If there is attic space it might be gettin through there ?  just my thoughts


----------



## ozzydiodude (Oct 21, 2009)

If you look at the bottoms of your walls most likely the dry wall does not have a seal to the floor caaulk it. Just because there is a baseboard dont think it stops air flow and use expanding foam(Great Stuff) around any switchs or plug in(electric outlts)


----------



## Budders Keeper (Oct 21, 2009)

If you provide enough exhaust to create negative pressure in your room you will be smelling your neighbors instead of them smelling you. Do you have a big intake fan that could be pressurizing(?) the room forcing unfiltered air out through cracks? *no smell*, no tell, *no cell*!


----------



## Heemhoff17 (Oct 21, 2009)

yeah i'd follow ozzyDIO....caulk the corners


----------



## GeezerBudd (Oct 21, 2009)

Does this duplex share a furnace?
Where are return air ducts?
Thats what I'd check first.
Hope this helps.

Gb


----------



## IRISH (Oct 22, 2009)

bet it's like Oz man said.:cool2: ...

hope thier cool neighbors bro, or you might want to do a sanitation of all...

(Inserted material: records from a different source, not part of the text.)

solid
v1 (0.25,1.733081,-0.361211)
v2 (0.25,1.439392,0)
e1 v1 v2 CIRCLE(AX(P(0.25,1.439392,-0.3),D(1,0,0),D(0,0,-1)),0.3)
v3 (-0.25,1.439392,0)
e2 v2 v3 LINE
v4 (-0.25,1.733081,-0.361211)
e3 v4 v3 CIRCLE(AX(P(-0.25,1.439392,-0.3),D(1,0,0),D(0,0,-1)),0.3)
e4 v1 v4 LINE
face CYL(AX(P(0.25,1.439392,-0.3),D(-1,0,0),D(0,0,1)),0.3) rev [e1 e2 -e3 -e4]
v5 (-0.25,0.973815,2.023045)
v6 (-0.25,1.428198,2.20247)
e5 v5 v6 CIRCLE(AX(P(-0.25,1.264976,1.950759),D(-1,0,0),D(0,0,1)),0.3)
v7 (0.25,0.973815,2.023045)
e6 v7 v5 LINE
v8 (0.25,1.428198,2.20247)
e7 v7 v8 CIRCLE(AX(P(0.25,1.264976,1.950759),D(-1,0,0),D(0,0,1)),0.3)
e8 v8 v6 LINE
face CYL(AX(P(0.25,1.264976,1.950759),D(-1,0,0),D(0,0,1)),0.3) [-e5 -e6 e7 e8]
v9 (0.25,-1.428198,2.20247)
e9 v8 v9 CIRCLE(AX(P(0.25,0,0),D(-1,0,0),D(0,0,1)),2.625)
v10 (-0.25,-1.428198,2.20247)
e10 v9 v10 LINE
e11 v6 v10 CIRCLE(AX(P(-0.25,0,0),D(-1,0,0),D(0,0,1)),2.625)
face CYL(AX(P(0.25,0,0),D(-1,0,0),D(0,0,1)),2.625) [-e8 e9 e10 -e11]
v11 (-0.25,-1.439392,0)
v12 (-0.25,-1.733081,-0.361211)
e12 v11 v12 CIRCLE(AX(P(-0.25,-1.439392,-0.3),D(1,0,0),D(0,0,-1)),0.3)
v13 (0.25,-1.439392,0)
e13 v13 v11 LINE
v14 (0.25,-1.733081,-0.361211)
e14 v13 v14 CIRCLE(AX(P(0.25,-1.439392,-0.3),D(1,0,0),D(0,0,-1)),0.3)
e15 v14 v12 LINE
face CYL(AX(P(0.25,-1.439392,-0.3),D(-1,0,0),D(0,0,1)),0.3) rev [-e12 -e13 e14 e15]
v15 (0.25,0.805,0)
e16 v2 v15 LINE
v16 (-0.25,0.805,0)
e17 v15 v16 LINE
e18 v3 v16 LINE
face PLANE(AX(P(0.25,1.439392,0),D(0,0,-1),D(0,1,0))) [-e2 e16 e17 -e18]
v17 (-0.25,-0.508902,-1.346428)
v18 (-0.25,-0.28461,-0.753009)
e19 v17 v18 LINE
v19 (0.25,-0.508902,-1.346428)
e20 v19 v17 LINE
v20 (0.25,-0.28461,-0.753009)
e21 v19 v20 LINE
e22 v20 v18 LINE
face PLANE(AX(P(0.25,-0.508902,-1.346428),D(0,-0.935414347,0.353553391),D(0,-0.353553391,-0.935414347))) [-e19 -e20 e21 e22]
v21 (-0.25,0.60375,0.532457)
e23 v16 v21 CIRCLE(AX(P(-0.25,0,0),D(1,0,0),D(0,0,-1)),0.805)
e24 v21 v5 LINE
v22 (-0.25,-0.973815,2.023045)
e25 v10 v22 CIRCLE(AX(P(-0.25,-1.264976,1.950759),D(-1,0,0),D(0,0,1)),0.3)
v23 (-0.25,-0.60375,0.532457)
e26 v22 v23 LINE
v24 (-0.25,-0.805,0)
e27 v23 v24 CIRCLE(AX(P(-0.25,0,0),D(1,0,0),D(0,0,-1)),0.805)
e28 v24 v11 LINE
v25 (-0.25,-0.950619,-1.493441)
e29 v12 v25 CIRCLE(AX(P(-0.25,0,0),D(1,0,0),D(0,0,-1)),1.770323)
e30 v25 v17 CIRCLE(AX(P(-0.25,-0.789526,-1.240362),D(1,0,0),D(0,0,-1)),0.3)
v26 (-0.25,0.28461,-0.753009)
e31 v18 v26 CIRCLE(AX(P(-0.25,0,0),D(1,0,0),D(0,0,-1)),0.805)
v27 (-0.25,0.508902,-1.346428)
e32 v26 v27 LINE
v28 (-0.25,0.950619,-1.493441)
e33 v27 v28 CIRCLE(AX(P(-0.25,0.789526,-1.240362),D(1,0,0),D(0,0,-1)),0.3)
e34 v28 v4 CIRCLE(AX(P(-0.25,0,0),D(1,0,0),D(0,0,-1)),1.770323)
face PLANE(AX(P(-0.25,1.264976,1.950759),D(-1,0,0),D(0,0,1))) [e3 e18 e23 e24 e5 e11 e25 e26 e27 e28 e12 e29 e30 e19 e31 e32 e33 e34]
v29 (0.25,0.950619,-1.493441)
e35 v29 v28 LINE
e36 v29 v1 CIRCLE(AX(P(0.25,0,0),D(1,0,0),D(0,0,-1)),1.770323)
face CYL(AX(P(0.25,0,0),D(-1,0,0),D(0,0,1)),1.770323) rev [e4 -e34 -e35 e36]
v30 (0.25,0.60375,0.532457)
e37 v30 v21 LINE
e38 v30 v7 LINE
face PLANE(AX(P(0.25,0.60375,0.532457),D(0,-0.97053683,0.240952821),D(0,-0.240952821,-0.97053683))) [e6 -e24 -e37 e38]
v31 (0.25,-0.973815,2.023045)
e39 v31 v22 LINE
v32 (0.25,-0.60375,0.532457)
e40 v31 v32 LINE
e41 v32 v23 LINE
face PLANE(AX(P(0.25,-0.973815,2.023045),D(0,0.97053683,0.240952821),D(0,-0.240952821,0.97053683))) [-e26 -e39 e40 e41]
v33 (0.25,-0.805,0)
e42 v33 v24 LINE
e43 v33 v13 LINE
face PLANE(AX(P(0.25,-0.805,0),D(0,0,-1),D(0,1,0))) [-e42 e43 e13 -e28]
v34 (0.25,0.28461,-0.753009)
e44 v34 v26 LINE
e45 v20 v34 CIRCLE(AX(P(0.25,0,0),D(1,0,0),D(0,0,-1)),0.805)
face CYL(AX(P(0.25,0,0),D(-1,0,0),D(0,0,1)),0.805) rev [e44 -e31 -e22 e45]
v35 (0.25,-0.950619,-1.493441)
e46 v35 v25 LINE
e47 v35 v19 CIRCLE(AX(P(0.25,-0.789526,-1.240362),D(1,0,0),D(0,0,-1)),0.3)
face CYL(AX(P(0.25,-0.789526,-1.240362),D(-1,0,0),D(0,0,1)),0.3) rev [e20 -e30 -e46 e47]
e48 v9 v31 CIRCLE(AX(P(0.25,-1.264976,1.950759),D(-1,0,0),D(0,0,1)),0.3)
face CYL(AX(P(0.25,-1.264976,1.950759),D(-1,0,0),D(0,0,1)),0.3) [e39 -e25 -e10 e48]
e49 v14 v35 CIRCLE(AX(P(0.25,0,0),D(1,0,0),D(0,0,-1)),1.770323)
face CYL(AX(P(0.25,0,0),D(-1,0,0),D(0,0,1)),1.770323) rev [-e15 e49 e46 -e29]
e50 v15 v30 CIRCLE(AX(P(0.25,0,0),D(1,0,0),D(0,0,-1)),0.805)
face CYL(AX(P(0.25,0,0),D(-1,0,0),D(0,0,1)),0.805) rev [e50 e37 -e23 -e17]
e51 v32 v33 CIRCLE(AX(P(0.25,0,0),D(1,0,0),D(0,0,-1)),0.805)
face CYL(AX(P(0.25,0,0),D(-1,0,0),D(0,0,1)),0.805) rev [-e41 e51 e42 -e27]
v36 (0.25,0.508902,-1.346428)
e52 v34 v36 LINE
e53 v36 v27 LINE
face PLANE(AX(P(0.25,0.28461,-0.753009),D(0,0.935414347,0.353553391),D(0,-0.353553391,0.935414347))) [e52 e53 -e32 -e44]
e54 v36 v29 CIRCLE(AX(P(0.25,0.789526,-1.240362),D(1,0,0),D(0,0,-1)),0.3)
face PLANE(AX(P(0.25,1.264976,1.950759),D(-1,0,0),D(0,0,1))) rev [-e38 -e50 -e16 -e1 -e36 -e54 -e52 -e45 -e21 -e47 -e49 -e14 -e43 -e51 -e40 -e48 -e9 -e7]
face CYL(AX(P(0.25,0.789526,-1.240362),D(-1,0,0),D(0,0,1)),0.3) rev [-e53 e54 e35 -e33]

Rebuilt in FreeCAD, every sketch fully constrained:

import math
import FreeCAD as App
import Part
import Sketcher

V = App.Vector
Q = App.Units.Quantity

doc = App.newDocument("Part")
body = doc.addObject("PartDesign::Body", "Body")

# Sketch on YZ plane
sketch1 = body.newObject("Sketcher::SketchObject", "Sketch")
sketch1.AttachmentSupport = (doc.getObject("YZ_Plane"), [""])
sketch1.MapMode = "FlatFace"
sketch1.AttachmentOffset = App.Placement(V(0, 0, -0.25), App.Rotation())
sketch1.addGeometry(Part.LineSegment(V(-0.97, 2.02, 0), V(-0.6, 0.53, 0)), False)
sketch1.addGeometry(Part.ArcOfCircle(Part.Circle(V(0, 0, 0), V(0, 0, 1), 0.81), math.radians(139), math.radians(180)), False)
sketch1.addGeometry(Part.LineSegment(V(-0.81, 0, 0), V(-1.44, 0, 0)), False)
sketch1.addGeometry(Part.ArcOfCircle(Part.Circle(V(-1.44, -0.3, 0), V(0, 0, 1), 0.3), math.radians(90), math.radians(192)), False)
sketch1.addGeometry(Part.ArcOfCircle(Part.Circle(V(0, 0, 0), V(0, 0, 1), 1.77), math.radians(-168), math.radians(-122)), False)
sketch1.addGeometry(Part.ArcOfCircle(Part.Circle(V(-0.79, -1.24, 0), V(0, 0, 1), 0.3), math.radians(-122), math.radians(-21)), False)
sketch1.addGeometry(Part.LineSegment(V(-0.51, -1.35, 0), V(-0.28, -0.75, 0)), False)
sketch1.addGeometry(Part.ArcOfCircle(Part.Circle(V(0, 0, 0), V(0, 0, 1), 0.8), math.radians(-111), math.radians(-69)), False)
sketch1.addGeometry(Part.LineSegment(V(0.28, -0.75, 0), V(0.51, -1.35, 0)), False)
sketch1.addGeometry(Part.ArcOfCircle(Part.Circle(V(0.79, -1.24, 0), V(0, 0, 1), 0.3), math.radians(-159), math.radians(-58)), False)
sketch1.addGeometry(Part.ArcOfCircle(Part.Circle(V(0, 0, 0), V(0, 0, 1), 1.77), math.radians(-58), math.radians(-12)), False)
sketch1.addGeometry(Part.ArcOfCircle(Part.Circle(V(1.44, -0.3, 0), V(0, 0, 1), 0.3), math.radians(-12), math.radians(90)), False)
sketch1.addGeometry(Part.LineSegment(V(1.44, 0, 0), V(0.81, 0, 0)), False)
sketch1.addGeometry(Part.ArcOfCircle(Part.Circle(V(0, 0, 0), V(0, 0, 1), 0.81), math.radians(0), math.radians(41)), False)
sketch1.addGeometry(Part.LineSegment(V(0.6, 0.53, 0), V(0.97, 2.02, 0)), False)
sketch1.addGeometry(Part.ArcOfCircle(Part.Circle(V(1.26, 1.95, 0), V(0, 0, 1), 0.3), math.radians(57), math.radians(166)), False)
sketch1.addGeometry(Part.ArcOfCircle(Part.Circle(V(0, 0, 0), V(0, 0, 1), 2.62), math.radians(123), math.radians(417)), False)
sketch1.addGeometry(Part.ArcOfCircle(Part.Circle(V(-1.26, 1.95, 0), V(0, 0, 1), 0.3), math.radians(14), math.radians(123)), False)
sketch1.addConstraint(Sketcher.Constraint("Coincident", 0, 2, 1, 1))
sketch1.addConstraint(Sketcher.Constraint("Coincident", 1, 2, 2, 1))
sketch1.addConstraint(Sketcher.Constraint("Tangent", 2, 2, 3, 1))
sketch1.addConstraint(Sketcher.Constraint("Tangent", 3, 2, 4, 1))
sketch1.addConstraint(Sketcher.Constraint("Tangent", 4, 2, 5, 1))
sketch1.addConstraint(Sketcher.Constraint("Tangent", 5, 2, 6, 1))
sketch1.addConstraint(Sketcher.Constraint("Coincident", 6, 2, 7, 1))
sketch1.addConstraint(Sketcher.Constraint("Coincident", 7, 2, 8, 1))
sketch1.addConstraint(Sketcher.Constraint("Tangent", 8, 2, 9, 1))
sketch1.addConstraint(Sketcher.Constraint("Tangent", 9, 2, 10, 1))
sketch1.addConstraint(Sketcher.Constraint("Tangent", 10, 2, 11, 1))
sketch1.addConstraint(Sketcher.Constraint("Tangent", 11, 2, 12, 1))
sketch1.addConstraint(Sketcher.Constraint("Coincident", 12, 2, 13, 1))
sketch1.addConstraint(Sketcher.Constraint("Coincident", 13, 2, 14, 1))
sketch1.addConstraint(Sketcher.Constraint("Tangent", 14, 2, 15, 2))
sketch1.addConstraint(Sketcher.Constraint("Tangent", 15, 1, 16, 2))
sketch1.addConstraint(Sketcher.Constraint("Tangent", 16, 1, 17, 2))
sketch1.addConstraint(Sketcher.Constraint("Tangent", 17, 1, 0, 1))
sketch1.addConstraint(Sketcher.Constraint("Horizontal", 2))
sketch1.addConstraint(Sketcher.Constraint("Horizontal", 12))
sketch1.addConstraint(Sketcher.Constraint("Coincident", 1, 3, -1, 1))
sketch1.addConstraint(Sketcher.Constraint("Coincident", 4, 3, -1, 1))
sketch1.addConstraint(Sketcher.Constraint("Coincident", 7, 3, -1, 1))
sketch1.addConstraint(Sketcher.Constraint("Coincident", 10, 3, -1, 1))
sketch1.addConstraint(Sketcher.Constraint("Coincident", 13, 3, -1, 1))
sketch1.addConstraint(Sketcher.Constraint("Coincident", 16, 3, -1, 1))
sketch1.addConstraint(Sketcher.Constraint("Equal", 3, 5))
sketch1.addConstraint(Sketcher.Constraint("Equal", 1, 7))
sketch1.addConstraint(Sketcher.Constraint("Equal", 5, 9))
sketch1.addConstraint(Sketcher.Constraint("Equal", 4, 10))
sketch1.addConstraint(Sketcher.Constraint("Equal", 9, 11))
sketch1.addConstraint(Sketcher.Constraint("Equal", 7, 13))
sketch1.addConstraint(Sketcher.Constraint("Equal", 11, 15))
sketch1.addConstraint(Sketcher.Constraint("Equal", 15, 17))
sketch1.addConstraint(Sketcher.Constraint("Symmetric", 2, 2, 11, 2, -1, 1))
sketch1.addConstraint(Sketcher.Constraint("Symmetric", 5, 2, 8, 2, -2))
sketch1.addConstraint(Sketcher.Constraint("Symmetric", 14, 2, 17, 1, -2))
sketch1.addConstraint(Sketcher.Constraint("Radius", 3, Q("0.3 mm")))
sketch1.addConstraint(Sketcher.Constraint("Radius", 1, Q("0.805 mm")))
sketch1.addConstraint(Sketcher.Constraint("Radius", 16, Q("2.625 mm")))
sketch1.addConstraint(Sketcher.Constraint("Radius", 4, Q("1.770323 mm")))
sketch1.addConstraint(Sketcher.Constraint("DistanceX", 5, 2, -1, 1, Q("0.508902 mm")))
sketch1.addConstraint(Sketcher.Constraint("DistanceX", -1, 1, 15, 1, Q("1.428198 mm")))
sketch1.addConstraint(Sketcher.Constraint("Distance", 0, Q("1.535838 mm")))
sketch1.addConstraint(Sketcher.Constraint("Distance", 6, Q("0.634392 mm")))
pad1 = body.newObject("PartDesign::Pad", "Pad")
pad1.Profile = sketch1
pad1.Length = 0.5

doc.recompute()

i'm curious as to how they approached you on the matter ross?...


----------



## Hippie (Oct 22, 2009)

there could be one plant for every person.

Please distribute your flyers


----------



## Funkfarmer (Oct 22, 2009)

I live in a twin, its sorta like row home only there is two together and not a row. (for those who didnt know) anyway my neighbor says she smells my plants through the walls also. Luckily shes cool and i am trying to remedy the prob with a stronger exhaust and piping it into my chimney. My shared wall is brick, so im sure you could smell it through sheetrock.


----------



## leafminer (Oct 23, 2009)

Those kinds of building materials are porous.
When I lived in a cheap apt in the US I used to get worried every time a storm came through. . .


----------